====== Task data

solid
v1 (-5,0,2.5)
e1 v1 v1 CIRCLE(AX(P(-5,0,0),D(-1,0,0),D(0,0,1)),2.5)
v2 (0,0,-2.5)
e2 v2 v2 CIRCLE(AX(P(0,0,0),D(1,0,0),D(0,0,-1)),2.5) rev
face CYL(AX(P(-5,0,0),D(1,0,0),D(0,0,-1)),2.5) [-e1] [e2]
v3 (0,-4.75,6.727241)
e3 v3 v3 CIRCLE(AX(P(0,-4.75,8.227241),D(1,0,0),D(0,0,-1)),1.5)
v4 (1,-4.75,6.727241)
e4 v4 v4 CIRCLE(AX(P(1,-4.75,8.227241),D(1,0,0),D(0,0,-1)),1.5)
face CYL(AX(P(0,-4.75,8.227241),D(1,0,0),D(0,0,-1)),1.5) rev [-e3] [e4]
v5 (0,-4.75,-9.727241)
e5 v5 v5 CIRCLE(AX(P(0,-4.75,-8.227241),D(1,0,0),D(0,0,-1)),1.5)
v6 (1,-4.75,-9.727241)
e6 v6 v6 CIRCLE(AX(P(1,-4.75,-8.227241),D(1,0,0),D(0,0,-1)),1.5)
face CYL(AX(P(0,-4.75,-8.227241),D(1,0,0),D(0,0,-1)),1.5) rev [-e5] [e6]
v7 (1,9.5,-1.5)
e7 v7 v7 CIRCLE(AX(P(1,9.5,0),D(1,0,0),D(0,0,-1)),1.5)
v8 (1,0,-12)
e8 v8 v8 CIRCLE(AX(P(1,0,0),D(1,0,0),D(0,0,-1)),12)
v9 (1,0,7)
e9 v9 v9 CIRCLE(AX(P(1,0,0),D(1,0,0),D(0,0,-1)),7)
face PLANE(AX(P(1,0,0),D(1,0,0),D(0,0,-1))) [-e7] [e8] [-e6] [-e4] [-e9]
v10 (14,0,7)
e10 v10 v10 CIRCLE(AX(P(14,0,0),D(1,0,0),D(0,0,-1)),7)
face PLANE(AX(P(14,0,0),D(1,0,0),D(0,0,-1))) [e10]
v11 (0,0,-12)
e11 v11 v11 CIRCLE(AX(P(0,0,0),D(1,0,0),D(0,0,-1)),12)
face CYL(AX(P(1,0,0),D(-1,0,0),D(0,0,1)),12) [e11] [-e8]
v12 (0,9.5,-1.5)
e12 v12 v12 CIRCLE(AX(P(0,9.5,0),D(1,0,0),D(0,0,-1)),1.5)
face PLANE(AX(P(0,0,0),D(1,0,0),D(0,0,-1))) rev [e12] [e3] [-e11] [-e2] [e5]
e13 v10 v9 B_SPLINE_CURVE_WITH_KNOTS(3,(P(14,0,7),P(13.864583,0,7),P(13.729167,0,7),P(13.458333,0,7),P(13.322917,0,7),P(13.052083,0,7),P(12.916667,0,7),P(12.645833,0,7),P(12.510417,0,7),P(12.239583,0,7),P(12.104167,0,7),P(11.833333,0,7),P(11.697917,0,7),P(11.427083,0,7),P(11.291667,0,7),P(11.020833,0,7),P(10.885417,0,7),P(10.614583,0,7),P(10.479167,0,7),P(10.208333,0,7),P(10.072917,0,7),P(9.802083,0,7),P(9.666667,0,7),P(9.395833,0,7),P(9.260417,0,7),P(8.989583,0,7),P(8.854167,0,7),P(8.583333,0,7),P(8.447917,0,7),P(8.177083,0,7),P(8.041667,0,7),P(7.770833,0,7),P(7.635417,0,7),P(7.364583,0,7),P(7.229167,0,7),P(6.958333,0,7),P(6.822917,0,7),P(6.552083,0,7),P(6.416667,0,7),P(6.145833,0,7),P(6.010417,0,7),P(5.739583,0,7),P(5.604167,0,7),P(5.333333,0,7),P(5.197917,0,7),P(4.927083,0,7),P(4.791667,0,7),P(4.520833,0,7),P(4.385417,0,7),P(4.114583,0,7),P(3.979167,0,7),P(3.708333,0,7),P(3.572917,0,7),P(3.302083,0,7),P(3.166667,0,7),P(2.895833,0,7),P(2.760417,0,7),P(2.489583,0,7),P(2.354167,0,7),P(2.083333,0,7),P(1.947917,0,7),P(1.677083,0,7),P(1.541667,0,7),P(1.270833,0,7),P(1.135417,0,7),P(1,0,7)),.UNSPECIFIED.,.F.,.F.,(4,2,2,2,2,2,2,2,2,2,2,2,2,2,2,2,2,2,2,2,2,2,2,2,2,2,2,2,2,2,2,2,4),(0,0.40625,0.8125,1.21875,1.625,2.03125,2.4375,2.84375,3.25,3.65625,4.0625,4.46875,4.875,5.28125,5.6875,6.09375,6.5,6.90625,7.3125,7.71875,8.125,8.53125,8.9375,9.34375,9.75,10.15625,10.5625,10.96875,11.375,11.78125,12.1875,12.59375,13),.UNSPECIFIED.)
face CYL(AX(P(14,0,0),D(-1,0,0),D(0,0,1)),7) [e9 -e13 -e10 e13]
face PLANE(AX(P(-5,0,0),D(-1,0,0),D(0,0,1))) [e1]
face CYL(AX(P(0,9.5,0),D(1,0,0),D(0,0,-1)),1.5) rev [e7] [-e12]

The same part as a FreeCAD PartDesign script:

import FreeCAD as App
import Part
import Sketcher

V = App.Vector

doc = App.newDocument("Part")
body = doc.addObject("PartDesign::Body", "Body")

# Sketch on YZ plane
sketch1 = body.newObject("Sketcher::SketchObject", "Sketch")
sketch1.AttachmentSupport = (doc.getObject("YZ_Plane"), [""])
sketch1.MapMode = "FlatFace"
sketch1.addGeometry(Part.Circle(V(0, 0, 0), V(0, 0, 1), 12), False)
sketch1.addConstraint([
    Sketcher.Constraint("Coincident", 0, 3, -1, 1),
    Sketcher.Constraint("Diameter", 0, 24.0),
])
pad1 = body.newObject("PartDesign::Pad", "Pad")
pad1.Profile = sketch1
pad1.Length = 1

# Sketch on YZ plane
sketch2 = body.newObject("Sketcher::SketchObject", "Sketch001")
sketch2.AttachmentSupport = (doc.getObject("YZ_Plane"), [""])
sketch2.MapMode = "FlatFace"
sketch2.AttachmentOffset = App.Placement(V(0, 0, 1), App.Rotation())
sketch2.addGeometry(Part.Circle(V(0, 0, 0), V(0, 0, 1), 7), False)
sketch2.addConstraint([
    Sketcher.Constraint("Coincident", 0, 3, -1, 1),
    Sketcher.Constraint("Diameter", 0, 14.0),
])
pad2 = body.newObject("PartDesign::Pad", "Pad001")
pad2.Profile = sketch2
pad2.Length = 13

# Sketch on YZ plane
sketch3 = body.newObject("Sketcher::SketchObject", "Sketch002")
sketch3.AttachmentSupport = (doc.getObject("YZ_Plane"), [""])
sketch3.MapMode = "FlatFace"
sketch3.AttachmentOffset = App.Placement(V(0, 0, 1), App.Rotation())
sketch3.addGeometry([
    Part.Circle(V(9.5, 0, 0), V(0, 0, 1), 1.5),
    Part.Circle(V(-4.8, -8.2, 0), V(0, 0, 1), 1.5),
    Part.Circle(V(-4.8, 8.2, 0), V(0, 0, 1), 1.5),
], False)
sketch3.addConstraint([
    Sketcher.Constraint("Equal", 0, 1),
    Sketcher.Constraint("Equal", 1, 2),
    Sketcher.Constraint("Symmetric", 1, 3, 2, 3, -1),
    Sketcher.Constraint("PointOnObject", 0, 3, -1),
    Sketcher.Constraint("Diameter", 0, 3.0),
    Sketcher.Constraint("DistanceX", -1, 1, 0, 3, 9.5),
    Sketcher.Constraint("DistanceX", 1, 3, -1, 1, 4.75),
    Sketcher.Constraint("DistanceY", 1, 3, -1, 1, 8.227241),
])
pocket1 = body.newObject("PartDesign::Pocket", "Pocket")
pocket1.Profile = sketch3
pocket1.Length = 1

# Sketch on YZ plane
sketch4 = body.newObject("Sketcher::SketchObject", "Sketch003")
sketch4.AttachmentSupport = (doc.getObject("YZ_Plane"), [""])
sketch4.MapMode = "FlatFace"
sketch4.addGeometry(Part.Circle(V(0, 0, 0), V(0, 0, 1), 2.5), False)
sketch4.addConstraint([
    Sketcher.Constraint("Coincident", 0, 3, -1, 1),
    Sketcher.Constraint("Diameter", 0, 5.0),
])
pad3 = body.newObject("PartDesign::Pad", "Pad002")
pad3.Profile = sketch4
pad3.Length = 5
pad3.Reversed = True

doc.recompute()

============
====== Task data

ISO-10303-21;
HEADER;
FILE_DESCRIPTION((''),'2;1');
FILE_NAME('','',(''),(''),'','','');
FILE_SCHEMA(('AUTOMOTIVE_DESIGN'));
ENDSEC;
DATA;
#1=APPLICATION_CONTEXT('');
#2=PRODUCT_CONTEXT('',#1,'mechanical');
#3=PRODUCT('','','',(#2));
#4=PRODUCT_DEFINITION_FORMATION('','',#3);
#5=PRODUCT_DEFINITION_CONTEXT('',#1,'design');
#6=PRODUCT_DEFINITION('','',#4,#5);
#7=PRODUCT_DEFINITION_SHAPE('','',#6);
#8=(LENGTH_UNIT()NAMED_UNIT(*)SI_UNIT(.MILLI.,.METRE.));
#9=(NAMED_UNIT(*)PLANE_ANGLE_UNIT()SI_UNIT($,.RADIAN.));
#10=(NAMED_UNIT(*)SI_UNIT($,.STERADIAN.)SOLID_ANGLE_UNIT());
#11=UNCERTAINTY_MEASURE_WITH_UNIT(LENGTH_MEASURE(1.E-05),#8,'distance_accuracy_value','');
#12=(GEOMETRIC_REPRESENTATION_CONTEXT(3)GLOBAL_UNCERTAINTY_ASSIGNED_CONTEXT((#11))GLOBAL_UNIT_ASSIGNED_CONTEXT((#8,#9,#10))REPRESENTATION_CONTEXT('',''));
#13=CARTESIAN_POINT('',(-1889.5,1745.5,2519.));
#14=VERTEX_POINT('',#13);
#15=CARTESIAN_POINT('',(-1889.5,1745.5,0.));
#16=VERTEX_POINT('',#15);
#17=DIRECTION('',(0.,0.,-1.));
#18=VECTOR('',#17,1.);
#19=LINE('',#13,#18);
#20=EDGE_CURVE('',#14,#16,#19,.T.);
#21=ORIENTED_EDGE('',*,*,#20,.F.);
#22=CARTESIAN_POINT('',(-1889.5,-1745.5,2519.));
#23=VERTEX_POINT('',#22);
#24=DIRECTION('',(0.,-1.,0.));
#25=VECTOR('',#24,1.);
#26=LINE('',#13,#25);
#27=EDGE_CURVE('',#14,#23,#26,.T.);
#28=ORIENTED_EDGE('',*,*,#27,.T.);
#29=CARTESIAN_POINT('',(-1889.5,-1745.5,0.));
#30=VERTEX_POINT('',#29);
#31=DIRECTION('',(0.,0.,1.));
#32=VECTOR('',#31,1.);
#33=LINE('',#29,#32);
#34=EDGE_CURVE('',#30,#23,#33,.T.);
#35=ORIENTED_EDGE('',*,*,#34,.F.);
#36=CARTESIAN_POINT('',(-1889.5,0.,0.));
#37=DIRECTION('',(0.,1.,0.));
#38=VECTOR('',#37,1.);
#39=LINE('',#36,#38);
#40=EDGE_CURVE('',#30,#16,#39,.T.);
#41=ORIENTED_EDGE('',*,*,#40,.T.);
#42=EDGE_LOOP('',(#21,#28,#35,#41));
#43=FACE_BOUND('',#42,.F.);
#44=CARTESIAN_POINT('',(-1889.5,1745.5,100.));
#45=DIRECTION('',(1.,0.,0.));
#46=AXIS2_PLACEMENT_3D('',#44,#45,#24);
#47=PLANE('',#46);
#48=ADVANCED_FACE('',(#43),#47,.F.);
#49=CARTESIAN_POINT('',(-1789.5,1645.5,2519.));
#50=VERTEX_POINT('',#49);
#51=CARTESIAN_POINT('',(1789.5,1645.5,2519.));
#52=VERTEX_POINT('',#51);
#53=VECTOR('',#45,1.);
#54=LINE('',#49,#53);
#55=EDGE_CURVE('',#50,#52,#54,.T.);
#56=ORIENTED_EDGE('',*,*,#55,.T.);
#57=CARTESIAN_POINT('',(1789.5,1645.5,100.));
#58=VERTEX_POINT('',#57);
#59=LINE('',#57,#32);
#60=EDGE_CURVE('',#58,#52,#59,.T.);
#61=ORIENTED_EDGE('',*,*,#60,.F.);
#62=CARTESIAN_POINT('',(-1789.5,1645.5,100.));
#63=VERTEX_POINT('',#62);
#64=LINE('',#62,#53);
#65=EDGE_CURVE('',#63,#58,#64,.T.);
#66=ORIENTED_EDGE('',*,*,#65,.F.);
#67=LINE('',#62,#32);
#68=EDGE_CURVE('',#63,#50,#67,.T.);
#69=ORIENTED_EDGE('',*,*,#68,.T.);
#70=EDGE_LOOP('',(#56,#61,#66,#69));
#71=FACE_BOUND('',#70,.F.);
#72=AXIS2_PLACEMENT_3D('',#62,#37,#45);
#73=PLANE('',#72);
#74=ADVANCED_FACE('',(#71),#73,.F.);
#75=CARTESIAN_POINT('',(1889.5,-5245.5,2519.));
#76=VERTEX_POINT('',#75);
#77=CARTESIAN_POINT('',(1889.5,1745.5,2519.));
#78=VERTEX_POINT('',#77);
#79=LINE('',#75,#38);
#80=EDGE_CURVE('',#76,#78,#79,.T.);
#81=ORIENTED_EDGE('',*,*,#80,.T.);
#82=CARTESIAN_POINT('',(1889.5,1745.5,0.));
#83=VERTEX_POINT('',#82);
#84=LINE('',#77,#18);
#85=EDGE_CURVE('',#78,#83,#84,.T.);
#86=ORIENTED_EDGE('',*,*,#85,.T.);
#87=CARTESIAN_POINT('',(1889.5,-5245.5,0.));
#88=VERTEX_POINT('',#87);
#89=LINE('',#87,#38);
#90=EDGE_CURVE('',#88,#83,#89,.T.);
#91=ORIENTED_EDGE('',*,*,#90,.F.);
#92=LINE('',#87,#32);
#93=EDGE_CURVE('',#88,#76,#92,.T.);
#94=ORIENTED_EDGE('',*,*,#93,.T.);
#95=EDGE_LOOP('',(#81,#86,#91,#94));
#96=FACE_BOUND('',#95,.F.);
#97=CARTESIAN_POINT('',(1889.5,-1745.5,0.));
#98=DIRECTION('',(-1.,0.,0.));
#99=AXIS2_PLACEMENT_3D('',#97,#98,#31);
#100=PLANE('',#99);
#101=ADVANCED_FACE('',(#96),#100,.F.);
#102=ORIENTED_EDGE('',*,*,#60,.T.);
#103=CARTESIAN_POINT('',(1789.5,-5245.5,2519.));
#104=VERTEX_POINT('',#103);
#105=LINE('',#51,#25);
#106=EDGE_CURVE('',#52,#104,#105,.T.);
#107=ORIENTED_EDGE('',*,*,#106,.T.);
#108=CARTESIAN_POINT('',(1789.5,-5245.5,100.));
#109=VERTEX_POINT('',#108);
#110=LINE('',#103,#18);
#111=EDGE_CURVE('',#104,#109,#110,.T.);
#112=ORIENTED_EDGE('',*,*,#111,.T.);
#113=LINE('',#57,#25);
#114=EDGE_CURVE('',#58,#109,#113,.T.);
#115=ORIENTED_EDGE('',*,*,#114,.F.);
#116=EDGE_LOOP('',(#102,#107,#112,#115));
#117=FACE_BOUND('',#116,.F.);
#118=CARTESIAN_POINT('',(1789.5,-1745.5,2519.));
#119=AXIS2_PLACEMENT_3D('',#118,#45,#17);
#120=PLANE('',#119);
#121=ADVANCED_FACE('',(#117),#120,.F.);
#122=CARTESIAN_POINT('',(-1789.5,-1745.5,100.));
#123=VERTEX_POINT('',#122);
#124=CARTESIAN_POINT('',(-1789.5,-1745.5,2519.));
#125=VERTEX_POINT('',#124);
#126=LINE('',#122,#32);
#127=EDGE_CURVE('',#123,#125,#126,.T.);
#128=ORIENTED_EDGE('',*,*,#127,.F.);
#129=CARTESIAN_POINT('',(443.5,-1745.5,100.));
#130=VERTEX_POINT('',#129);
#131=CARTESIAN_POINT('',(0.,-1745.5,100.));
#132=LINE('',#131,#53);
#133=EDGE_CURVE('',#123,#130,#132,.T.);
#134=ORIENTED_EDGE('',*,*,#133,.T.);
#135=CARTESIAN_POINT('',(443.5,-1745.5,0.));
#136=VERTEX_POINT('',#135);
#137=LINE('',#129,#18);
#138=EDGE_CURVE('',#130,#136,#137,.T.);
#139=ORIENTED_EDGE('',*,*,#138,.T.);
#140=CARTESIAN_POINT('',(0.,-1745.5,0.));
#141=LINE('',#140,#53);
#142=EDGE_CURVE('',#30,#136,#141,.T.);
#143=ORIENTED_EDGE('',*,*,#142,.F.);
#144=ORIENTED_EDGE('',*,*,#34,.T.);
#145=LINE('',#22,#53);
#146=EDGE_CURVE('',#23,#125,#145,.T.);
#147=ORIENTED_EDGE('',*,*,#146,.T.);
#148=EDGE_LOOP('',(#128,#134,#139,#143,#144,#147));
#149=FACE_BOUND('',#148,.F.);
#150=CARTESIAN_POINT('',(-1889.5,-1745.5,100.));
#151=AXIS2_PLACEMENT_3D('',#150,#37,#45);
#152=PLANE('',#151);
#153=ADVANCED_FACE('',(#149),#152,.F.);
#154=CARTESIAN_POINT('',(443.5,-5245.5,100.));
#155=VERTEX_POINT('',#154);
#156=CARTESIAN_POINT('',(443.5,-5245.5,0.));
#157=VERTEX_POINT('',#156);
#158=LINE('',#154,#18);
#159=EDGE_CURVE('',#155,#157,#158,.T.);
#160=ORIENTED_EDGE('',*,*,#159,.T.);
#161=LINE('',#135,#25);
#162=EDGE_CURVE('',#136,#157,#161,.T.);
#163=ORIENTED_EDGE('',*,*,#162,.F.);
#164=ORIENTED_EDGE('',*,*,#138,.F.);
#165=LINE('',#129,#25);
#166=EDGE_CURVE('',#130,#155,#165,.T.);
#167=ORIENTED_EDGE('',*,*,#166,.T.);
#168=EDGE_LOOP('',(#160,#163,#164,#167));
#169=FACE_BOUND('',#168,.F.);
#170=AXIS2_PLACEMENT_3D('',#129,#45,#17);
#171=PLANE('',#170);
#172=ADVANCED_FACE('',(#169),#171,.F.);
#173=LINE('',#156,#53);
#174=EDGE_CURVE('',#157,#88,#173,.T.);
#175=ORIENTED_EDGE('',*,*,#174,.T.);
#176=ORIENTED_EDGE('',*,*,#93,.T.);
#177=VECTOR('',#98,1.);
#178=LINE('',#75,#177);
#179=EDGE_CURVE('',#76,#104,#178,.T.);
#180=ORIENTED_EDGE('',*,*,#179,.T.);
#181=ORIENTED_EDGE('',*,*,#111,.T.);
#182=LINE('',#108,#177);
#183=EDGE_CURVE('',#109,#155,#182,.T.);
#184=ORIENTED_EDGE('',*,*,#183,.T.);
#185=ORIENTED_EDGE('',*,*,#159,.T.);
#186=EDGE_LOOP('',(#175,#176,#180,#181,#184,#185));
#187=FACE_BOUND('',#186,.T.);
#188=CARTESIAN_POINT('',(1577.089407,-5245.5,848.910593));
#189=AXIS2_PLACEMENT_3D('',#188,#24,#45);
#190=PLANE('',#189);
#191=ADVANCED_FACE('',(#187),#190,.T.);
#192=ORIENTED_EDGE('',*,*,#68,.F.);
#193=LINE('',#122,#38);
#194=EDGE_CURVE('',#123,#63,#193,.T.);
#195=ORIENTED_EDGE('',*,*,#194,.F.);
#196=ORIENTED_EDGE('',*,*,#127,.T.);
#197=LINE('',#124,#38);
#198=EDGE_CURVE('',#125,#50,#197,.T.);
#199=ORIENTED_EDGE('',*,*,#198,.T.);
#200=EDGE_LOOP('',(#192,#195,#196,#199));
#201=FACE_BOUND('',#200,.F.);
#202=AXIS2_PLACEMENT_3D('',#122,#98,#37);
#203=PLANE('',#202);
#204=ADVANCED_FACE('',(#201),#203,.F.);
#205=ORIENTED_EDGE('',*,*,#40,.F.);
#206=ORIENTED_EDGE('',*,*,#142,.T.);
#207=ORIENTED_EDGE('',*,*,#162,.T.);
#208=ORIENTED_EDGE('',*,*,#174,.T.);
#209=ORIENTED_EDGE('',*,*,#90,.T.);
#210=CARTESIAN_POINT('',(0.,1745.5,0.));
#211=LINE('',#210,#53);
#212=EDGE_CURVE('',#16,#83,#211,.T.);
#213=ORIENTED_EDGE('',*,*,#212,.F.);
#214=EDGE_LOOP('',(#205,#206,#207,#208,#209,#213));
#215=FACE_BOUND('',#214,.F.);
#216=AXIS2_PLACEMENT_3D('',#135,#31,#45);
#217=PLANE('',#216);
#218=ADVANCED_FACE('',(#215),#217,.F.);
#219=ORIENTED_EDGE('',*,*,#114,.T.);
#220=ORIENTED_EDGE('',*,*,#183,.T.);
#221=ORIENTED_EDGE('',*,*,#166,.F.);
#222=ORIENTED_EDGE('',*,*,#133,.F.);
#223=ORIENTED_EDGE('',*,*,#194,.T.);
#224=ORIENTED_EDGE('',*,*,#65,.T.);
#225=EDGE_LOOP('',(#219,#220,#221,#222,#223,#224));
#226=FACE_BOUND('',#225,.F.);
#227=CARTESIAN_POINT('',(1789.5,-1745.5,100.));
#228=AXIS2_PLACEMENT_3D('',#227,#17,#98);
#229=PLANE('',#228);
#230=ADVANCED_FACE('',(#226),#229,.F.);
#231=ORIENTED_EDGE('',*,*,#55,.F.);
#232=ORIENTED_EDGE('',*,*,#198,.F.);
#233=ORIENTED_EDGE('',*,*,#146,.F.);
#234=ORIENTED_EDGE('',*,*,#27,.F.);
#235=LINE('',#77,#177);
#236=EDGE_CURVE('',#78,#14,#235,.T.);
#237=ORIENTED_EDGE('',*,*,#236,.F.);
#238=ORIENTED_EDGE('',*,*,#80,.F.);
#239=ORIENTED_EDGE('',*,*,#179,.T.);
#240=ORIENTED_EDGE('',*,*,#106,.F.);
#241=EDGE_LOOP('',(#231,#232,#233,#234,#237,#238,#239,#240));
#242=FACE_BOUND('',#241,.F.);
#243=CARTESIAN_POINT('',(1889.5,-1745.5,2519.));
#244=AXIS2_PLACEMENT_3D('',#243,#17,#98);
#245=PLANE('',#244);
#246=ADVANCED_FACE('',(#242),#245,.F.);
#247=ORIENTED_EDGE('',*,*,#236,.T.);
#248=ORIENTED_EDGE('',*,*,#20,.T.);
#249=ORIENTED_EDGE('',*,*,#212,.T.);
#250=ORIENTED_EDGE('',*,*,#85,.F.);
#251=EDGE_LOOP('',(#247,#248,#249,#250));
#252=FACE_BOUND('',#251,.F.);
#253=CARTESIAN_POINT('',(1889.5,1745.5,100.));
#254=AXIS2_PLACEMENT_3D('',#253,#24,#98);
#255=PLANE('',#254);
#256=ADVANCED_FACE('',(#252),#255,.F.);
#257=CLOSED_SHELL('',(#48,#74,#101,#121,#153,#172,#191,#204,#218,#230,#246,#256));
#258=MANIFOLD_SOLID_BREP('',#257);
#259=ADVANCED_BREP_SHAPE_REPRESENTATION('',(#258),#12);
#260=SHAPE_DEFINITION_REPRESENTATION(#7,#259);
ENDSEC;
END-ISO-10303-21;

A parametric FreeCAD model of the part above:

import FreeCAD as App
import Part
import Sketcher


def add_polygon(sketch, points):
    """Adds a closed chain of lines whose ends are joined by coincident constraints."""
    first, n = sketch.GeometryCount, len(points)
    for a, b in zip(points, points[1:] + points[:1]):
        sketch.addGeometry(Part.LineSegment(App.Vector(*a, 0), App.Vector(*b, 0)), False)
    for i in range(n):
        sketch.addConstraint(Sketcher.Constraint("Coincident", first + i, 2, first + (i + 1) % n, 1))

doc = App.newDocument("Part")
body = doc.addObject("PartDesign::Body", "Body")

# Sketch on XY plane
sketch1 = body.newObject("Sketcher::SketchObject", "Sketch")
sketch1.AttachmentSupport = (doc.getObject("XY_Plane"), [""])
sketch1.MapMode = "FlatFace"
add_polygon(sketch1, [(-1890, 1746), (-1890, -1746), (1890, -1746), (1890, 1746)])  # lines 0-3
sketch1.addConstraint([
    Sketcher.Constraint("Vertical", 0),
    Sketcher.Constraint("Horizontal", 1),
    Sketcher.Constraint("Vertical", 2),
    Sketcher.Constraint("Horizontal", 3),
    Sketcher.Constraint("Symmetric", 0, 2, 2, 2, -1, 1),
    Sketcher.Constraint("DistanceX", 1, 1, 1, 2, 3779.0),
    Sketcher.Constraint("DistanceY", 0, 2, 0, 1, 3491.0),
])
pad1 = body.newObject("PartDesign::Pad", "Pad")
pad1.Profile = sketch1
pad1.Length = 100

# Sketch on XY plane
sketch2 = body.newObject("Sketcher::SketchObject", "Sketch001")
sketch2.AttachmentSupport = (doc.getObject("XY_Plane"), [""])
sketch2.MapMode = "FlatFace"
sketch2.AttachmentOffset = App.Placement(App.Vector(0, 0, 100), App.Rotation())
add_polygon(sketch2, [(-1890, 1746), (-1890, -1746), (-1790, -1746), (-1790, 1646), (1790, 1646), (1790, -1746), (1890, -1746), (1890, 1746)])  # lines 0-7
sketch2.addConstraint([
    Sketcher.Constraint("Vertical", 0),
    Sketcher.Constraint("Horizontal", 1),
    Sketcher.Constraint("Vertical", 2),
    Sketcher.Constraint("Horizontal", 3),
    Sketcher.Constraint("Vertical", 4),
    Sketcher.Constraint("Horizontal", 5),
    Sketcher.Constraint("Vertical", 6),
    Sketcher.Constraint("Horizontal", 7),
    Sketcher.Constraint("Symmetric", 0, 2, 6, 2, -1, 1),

============

[Task to complete] Look back at the entries above. Retype the line with "face CYL(AX(P(0,9.5,0),D(1,0,0),D(0,0,-1)),1.5) rev", the line with "The same part", and all lines in between.

[Answer box]
face CYL(AX(P(0,9.5,0),D(1,0,0),D(0,0,-1)),1.5) rev [e7] [-e12]

The same part as a FreeCAD PartDesign script:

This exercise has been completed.